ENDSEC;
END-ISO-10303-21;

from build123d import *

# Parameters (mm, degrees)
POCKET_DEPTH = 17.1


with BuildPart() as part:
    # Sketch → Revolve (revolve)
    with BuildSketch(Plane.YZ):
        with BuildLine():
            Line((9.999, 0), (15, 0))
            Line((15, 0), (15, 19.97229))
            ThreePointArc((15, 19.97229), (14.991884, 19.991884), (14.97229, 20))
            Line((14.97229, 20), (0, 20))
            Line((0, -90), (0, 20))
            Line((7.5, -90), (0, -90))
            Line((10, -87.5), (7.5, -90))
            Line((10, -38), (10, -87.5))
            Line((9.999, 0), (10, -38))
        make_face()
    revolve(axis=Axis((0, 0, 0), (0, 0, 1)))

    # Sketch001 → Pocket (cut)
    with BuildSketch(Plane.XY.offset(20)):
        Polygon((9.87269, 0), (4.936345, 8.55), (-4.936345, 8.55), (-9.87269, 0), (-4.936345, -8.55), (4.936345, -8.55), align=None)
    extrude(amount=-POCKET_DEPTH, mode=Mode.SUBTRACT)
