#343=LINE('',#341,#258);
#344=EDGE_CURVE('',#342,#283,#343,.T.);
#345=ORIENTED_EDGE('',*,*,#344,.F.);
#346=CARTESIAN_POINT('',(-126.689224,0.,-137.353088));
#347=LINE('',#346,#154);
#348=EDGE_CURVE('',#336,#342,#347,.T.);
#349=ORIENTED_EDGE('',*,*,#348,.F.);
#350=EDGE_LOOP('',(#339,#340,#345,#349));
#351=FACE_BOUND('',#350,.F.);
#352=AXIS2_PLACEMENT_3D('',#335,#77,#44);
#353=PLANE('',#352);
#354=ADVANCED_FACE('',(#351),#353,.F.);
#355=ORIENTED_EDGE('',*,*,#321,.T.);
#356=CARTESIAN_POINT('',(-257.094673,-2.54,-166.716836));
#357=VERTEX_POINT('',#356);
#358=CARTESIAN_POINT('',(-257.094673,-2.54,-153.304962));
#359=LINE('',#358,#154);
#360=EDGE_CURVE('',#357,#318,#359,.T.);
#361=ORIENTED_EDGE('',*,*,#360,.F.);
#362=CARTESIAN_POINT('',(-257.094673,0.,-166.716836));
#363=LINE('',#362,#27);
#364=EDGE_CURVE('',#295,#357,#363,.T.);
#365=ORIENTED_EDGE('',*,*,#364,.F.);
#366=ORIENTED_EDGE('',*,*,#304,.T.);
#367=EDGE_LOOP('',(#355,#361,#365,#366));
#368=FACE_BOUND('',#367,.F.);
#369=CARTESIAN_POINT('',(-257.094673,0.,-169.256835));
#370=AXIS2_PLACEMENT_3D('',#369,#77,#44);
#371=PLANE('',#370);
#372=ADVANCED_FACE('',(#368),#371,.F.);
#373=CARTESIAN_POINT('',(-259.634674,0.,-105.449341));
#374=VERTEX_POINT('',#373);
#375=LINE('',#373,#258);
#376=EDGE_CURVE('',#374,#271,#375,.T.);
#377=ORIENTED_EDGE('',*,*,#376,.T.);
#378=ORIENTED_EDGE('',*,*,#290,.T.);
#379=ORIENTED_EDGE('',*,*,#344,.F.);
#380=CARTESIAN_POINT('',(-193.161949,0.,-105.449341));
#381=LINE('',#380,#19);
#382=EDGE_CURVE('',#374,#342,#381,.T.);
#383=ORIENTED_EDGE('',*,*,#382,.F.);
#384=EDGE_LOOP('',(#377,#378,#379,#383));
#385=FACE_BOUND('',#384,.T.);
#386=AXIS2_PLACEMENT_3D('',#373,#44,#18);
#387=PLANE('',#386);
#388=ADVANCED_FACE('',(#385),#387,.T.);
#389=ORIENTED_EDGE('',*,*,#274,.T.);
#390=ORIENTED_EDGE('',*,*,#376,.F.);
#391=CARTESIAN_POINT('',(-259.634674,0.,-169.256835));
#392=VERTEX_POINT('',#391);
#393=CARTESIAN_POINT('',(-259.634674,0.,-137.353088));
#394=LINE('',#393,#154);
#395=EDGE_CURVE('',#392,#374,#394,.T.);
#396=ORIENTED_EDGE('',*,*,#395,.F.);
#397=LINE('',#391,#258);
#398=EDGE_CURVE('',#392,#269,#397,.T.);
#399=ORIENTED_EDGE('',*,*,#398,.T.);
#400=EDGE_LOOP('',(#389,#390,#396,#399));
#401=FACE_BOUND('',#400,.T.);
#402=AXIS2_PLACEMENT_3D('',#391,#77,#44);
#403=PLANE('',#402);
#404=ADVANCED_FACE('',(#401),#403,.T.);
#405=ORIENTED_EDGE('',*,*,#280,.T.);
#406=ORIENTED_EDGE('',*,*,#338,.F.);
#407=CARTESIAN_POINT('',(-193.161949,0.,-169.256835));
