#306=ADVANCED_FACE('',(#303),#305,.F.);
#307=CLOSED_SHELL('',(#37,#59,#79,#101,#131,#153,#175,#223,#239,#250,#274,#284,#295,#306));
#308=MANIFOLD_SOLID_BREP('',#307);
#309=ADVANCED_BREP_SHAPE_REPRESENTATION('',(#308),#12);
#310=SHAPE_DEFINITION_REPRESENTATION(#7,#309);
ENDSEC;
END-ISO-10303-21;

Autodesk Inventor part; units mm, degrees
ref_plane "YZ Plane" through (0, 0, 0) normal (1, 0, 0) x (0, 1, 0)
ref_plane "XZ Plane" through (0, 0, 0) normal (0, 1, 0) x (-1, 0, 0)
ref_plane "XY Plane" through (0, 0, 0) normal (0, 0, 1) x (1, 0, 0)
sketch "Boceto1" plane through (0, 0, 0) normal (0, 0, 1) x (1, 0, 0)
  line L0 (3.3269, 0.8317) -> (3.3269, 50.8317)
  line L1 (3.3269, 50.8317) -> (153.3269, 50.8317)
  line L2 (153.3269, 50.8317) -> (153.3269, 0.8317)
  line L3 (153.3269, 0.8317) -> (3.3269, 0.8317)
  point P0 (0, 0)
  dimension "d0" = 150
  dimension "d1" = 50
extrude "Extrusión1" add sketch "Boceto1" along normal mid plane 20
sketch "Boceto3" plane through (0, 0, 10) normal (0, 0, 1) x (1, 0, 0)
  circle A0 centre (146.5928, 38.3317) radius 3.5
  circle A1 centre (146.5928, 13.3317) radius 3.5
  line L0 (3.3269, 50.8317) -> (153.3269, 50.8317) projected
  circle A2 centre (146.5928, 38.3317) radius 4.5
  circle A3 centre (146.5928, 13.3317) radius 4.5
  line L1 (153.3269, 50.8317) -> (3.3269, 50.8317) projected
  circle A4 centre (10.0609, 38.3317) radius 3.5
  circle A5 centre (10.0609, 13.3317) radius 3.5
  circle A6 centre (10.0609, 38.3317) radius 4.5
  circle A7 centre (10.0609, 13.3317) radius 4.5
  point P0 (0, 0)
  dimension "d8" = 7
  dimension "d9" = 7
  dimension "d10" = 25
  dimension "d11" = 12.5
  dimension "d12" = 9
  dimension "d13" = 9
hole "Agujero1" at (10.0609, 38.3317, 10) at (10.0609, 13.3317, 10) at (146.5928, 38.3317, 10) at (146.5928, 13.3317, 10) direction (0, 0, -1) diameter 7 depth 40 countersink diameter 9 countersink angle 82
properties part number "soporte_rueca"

ASSIGNED TASK:
What you return must be an exact retyping of the lines above starting at the line with "with BuildPart() as" and ending at the line with "#356=CARTESIAN_POINT('',(-257.094673,-2.54,-166.716836));", and nothing besides.

OUTPUT FOR THIS TASK:
with BuildPart() as part:
    # Sketch → Revolve (revolve)
    with BuildSketch(Plane.YZ):
        with BuildLine():
            Line((9.999, 0), (15, 0))
            Line((15, 0), (15, 19.97229))
            ThreePointArc((15, 19.97229), (14.991884, 19.991884), (14.97229, 20))
            Line((14.97229, 20), (0, 20))
            Line((0, -90), (0, 20))
            Line((7.5, -90), (0, -90))
            Line((10, -87.5), (7.5, -90))
            Line((10, -38), (10, -87.5))
            Line((9.999, 0), (10, -38))
        make_face()
    revolve(axis=Axis((0, 0, 0), (0, 0, 1)))

    # Sketch001 → Pocket (cut)
    with BuildSketch(Plane.XY.offset(20)):
        Polygon((9.87269, 0), (4.936345, 8.55), (-4.936345, 8.55), (-9.87269, 0), (-4.936345, -8.55), (4.936345, -8.55), align=None)
    extrude(amount=-POCKET_DEPTH, mode=Mode.SUBTRACT)
#343=LINE('',#341,#258);
#344=EDGE_CURVE('',#342,#283,#343,.T.);
#345=ORIENTED_EDGE('',*,*,#344,.F.);
#346=CARTESIAN_POINT('',(-126.689224,0.,-137.353088));
#347=LINE('',#346,#154);
#348=EDGE_CURVE('',#336,#342,#347,.T.);
#349=ORIENTED_EDGE('',*,*,#348,.F.);
#350=EDGE_LOOP('',(#339,#340,#345,#349));
#351=FACE_BOUND('',#350,.F.);
#352=AXIS2_PLACEMENT_3D('',#335,#77,#44);
#353=PLANE('',#352);
#354=ADVANCED_FACE('',(#351),#353,.F.);
#355=ORIENTED_EDGE('',*,*,#321,.T.);
#356=CARTESIAN_POINT('',(-257.094673,-2.54,-166.716836));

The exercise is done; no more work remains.